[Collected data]
......

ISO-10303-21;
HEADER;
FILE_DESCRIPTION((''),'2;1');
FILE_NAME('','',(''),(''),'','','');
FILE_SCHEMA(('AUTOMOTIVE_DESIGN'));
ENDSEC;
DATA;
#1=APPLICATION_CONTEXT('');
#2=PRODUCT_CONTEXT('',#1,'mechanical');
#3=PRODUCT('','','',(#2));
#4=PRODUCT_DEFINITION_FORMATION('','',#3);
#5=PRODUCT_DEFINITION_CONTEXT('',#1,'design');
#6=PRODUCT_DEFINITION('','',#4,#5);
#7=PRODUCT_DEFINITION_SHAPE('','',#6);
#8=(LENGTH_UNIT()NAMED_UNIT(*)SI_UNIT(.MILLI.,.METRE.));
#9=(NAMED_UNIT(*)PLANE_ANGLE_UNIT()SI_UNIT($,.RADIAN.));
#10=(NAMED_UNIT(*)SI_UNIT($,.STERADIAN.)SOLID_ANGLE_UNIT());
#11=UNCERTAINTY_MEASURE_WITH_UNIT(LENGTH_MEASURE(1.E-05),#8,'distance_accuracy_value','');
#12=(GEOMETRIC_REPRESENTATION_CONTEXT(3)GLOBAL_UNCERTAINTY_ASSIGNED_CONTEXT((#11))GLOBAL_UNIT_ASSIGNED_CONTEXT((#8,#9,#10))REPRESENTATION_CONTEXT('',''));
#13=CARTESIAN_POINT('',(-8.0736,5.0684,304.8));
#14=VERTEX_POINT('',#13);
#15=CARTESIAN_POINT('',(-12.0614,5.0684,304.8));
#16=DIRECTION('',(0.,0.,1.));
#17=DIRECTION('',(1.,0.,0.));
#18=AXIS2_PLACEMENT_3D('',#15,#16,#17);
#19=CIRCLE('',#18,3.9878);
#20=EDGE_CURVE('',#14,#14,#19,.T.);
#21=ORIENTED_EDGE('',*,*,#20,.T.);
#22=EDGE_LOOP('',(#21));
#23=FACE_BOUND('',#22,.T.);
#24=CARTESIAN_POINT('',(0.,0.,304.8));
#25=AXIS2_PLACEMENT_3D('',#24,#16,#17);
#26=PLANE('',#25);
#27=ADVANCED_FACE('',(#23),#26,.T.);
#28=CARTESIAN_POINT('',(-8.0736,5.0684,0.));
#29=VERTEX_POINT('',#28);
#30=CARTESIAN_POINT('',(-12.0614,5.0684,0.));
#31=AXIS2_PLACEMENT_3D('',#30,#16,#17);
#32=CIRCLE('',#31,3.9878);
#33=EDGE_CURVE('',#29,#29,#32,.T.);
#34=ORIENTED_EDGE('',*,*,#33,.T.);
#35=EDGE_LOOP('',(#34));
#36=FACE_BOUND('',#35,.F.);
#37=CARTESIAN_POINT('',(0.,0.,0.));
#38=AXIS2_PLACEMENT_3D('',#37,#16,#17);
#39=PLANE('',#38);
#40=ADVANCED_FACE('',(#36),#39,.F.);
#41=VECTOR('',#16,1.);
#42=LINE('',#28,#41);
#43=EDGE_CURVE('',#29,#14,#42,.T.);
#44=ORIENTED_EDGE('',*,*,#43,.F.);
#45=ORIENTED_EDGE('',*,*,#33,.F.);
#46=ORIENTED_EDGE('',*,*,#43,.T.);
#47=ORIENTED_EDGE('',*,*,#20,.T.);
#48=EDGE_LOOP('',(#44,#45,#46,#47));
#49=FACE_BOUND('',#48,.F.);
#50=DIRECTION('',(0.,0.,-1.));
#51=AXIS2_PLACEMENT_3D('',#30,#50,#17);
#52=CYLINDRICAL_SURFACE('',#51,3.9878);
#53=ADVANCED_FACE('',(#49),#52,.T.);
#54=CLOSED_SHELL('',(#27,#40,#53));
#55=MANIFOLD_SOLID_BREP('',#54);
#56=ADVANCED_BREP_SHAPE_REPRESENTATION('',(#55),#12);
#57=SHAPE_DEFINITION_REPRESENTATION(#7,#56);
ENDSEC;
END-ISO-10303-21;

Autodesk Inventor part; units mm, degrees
ref_plane "YZ Plane" through (0, 0, 0) normal (1, 0, 0) x (0, 1, 0)
ref_plane "XZ Plane" through (0, 0, 0) normal (0, 1, 0) x (-1, 0, 0)
ref_plane "XY Plane" through (0, 0, 0) normal (0, 0, 1) x (1, 0, 0)
sketch "Sketch1" plane through (0, 0, 0) normal (0, 0, 1) x (1, 0, 0)
  circle A0 centre (-12.0614, 5.0684) radius 3.9878
  point P0 (0, 0)
  dimension "d0" = 7.9756
  dimension "d0" = 7.9756
extrude "Extrusion1" add sketch "Sketch1" along normal blind 304.8
properties part number "Rod"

......

| EXERCISE OBJECTIVE |
Search the data for the string "DIRECTION" and say how many lines include it, giving only the number.

| OUTPUT FOR THIS EXERCISE |
3